[Records excerpted from a collection]
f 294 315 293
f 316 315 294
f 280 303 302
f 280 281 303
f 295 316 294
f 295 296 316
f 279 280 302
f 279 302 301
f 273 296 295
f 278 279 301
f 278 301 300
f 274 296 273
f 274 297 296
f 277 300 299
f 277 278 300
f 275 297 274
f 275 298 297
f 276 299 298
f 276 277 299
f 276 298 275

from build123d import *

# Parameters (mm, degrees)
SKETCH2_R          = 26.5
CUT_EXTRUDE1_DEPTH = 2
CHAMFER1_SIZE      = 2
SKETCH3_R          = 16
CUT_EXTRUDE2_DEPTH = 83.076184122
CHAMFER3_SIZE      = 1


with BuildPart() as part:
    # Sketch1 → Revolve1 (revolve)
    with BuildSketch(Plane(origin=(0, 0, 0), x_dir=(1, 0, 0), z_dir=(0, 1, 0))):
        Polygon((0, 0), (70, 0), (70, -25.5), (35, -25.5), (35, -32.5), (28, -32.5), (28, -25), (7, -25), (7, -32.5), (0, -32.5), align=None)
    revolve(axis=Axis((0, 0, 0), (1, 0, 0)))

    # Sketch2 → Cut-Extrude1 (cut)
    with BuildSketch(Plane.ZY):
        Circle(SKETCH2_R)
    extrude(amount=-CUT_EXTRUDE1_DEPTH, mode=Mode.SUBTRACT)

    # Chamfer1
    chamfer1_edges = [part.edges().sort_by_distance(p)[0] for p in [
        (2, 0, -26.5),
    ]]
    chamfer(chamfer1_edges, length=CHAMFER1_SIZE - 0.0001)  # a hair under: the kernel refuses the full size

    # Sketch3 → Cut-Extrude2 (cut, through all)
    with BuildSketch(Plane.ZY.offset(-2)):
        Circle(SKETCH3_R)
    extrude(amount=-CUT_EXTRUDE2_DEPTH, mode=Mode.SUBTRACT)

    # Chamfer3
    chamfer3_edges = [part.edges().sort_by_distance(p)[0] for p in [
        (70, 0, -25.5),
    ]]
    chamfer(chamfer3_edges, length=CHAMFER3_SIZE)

---

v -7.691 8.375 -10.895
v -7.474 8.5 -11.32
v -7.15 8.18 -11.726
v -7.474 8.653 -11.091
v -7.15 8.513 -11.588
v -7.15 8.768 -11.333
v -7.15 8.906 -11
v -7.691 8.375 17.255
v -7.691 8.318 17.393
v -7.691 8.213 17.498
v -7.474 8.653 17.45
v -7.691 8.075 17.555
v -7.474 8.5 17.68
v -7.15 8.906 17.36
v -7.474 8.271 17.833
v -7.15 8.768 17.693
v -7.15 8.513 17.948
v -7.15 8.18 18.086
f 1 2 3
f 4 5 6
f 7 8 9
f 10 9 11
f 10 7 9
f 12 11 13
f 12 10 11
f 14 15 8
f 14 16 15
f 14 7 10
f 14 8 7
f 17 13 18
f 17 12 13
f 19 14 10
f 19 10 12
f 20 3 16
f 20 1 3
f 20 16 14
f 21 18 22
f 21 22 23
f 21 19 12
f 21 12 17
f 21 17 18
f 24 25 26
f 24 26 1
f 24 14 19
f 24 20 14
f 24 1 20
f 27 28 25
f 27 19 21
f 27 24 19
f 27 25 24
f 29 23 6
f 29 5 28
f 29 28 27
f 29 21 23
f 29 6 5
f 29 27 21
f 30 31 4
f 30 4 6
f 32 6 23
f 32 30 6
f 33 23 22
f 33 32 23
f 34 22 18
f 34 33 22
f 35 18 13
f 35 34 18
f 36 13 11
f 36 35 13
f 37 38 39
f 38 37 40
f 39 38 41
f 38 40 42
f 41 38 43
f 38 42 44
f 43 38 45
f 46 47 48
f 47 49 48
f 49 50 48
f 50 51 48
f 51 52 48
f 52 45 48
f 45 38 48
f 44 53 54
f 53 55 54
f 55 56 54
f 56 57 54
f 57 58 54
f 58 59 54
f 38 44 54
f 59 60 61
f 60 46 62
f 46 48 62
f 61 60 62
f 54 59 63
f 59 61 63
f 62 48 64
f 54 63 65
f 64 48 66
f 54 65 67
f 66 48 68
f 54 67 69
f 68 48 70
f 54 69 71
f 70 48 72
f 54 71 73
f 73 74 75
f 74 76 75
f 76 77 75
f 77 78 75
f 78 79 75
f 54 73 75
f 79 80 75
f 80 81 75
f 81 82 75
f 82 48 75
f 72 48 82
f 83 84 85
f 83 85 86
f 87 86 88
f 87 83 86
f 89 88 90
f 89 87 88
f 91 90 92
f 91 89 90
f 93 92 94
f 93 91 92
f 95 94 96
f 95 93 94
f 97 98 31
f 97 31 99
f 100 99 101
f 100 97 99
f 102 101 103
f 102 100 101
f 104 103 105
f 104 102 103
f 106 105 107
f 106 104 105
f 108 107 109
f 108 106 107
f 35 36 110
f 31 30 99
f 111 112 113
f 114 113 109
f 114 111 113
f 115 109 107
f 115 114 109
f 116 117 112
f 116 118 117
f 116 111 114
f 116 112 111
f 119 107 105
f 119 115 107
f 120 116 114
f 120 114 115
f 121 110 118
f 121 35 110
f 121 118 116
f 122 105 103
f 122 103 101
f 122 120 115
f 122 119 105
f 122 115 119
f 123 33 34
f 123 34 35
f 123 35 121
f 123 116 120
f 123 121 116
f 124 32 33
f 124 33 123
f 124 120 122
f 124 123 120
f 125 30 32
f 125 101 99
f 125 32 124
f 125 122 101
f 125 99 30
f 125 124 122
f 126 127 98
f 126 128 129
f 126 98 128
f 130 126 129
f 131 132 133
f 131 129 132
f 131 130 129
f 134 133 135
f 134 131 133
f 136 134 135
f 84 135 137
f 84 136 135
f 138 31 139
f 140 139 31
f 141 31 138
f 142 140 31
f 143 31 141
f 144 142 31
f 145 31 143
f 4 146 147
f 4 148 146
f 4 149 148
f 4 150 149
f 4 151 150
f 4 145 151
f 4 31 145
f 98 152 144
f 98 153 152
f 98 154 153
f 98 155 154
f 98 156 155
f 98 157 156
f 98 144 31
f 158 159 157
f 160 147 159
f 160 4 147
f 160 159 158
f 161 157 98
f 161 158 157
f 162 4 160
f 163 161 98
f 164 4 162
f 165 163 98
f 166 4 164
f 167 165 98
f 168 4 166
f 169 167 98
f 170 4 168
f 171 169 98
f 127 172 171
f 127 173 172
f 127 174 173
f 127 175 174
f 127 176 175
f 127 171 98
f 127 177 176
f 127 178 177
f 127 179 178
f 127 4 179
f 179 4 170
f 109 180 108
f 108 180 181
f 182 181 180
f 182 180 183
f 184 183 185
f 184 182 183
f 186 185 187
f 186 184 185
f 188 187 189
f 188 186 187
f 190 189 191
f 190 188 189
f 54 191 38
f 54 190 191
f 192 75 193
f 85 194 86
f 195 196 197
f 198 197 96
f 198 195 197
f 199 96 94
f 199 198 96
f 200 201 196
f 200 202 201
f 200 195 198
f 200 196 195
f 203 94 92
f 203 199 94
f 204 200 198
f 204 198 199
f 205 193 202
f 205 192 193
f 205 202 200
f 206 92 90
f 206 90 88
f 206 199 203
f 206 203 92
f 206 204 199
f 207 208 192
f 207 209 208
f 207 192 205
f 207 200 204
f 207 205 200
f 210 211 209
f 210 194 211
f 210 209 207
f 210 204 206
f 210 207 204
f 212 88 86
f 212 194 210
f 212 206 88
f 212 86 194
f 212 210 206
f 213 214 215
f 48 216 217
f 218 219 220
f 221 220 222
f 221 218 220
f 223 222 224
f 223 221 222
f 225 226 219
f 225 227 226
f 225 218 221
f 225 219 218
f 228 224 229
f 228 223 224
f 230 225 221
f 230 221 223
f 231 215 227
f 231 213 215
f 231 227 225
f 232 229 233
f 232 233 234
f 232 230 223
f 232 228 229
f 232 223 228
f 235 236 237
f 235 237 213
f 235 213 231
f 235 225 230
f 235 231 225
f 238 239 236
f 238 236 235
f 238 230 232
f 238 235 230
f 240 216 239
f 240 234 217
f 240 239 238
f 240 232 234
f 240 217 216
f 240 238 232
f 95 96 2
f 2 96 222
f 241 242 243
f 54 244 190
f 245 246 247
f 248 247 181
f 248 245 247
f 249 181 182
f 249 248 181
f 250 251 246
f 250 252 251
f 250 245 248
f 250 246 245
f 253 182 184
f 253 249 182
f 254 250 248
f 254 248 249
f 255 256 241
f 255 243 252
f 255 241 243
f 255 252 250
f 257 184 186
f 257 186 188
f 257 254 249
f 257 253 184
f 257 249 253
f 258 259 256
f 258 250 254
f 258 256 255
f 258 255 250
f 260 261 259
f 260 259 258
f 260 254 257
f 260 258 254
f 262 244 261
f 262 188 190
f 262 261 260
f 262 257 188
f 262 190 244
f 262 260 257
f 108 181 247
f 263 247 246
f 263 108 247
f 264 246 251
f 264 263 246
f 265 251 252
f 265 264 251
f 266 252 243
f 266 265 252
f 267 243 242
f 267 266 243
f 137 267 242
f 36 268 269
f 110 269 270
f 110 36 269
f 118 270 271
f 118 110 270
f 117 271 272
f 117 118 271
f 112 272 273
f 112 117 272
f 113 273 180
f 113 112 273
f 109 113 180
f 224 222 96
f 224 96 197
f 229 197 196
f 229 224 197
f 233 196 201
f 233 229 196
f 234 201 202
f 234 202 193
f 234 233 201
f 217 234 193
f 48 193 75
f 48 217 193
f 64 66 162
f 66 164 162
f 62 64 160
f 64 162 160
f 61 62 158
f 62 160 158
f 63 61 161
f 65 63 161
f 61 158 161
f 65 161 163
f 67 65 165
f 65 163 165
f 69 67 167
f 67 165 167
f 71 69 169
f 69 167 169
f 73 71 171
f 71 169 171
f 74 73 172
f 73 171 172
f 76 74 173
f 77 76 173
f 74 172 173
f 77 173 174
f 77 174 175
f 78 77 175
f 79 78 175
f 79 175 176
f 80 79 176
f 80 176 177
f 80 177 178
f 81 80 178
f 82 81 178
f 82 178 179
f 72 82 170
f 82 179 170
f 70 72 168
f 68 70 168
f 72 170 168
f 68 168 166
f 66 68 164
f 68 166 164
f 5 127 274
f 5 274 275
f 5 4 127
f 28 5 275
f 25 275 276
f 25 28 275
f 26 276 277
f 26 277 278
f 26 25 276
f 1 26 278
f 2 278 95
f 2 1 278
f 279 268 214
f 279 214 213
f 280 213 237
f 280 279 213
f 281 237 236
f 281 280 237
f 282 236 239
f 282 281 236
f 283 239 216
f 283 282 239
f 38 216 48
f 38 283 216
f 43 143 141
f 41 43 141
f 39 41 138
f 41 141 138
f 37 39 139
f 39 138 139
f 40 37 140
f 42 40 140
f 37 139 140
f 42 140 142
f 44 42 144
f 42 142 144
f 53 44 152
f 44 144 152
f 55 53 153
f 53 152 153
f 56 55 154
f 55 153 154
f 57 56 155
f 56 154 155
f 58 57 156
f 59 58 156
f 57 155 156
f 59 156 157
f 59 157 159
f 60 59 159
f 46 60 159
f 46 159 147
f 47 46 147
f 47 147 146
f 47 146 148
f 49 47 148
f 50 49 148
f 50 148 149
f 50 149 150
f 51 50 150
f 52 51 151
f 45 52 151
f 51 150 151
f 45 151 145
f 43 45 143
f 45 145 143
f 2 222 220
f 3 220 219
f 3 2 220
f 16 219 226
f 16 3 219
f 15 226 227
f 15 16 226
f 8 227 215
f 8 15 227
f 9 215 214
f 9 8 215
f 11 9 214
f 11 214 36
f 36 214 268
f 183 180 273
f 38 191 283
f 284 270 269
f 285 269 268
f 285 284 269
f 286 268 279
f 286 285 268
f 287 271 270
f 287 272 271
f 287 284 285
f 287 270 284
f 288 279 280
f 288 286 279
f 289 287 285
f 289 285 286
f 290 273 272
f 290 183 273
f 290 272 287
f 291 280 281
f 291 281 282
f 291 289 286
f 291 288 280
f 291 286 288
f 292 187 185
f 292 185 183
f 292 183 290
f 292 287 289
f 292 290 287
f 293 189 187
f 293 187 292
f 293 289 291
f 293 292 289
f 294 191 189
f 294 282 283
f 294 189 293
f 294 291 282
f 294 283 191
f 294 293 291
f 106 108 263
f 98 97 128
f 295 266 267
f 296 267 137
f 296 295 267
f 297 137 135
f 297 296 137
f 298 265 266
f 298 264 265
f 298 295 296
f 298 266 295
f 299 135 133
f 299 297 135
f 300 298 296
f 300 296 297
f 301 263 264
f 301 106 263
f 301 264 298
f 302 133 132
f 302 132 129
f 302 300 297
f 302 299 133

**How to complete this task**
Above are the entries. Output exactly the lines beginning with the line that has "f 15 226 227" and ending with the line that has "f 302 299 133".

**The answer**
f 15 226 227
f 15 16 226
f 8 227 215
f 8 15 227
f 9 215 214
f 9 8 215
f 11 9 214
f 11 214 36
f 36 214 268
f 183 180 273
f 38 191 283
f 284 270 269
f 285 269 268
f 285 284 269
f 286 268 279
f 286 285 268
f 287 271 270
f 287 272 271
f 287 284 285
f 287 270 284
f 288 279 280
f 288 286 279
f 289 287 285
f 289 285 286
f 290 273 272
f 290 183 273
f 290 272 287
f 291 280 281
f 291 281 282
f 291 289 286
f 291 288 280
f 291 286 288
f 292 187 185
f 292 185 183
f 292 183 290
f 292 287 289
f 292 290 287
f 293 189 187
f 293 187 292
f 293 289 291
f 293 292 289
f 294 191 189
f 294 282 283
f 294 189 293
f 294 291 282
f 294 283 191
f 294 293 291
f 106 108 263
f 98 97 128
f 295 266 267
f 296 267 137
f 296 295 267
f 297 137 135
f 297 296 137
f 298 265 266
f 298 264 265
f 298 295 296
f 298 266 295
f 299 135 133
f 299 297 135
f 300 298 296
f 300 296 297
f 301 263 264
f 301 106 263
f 301 264 298
f 302 133 132
f 302 132 129
f 302 300 297
f 302 299 133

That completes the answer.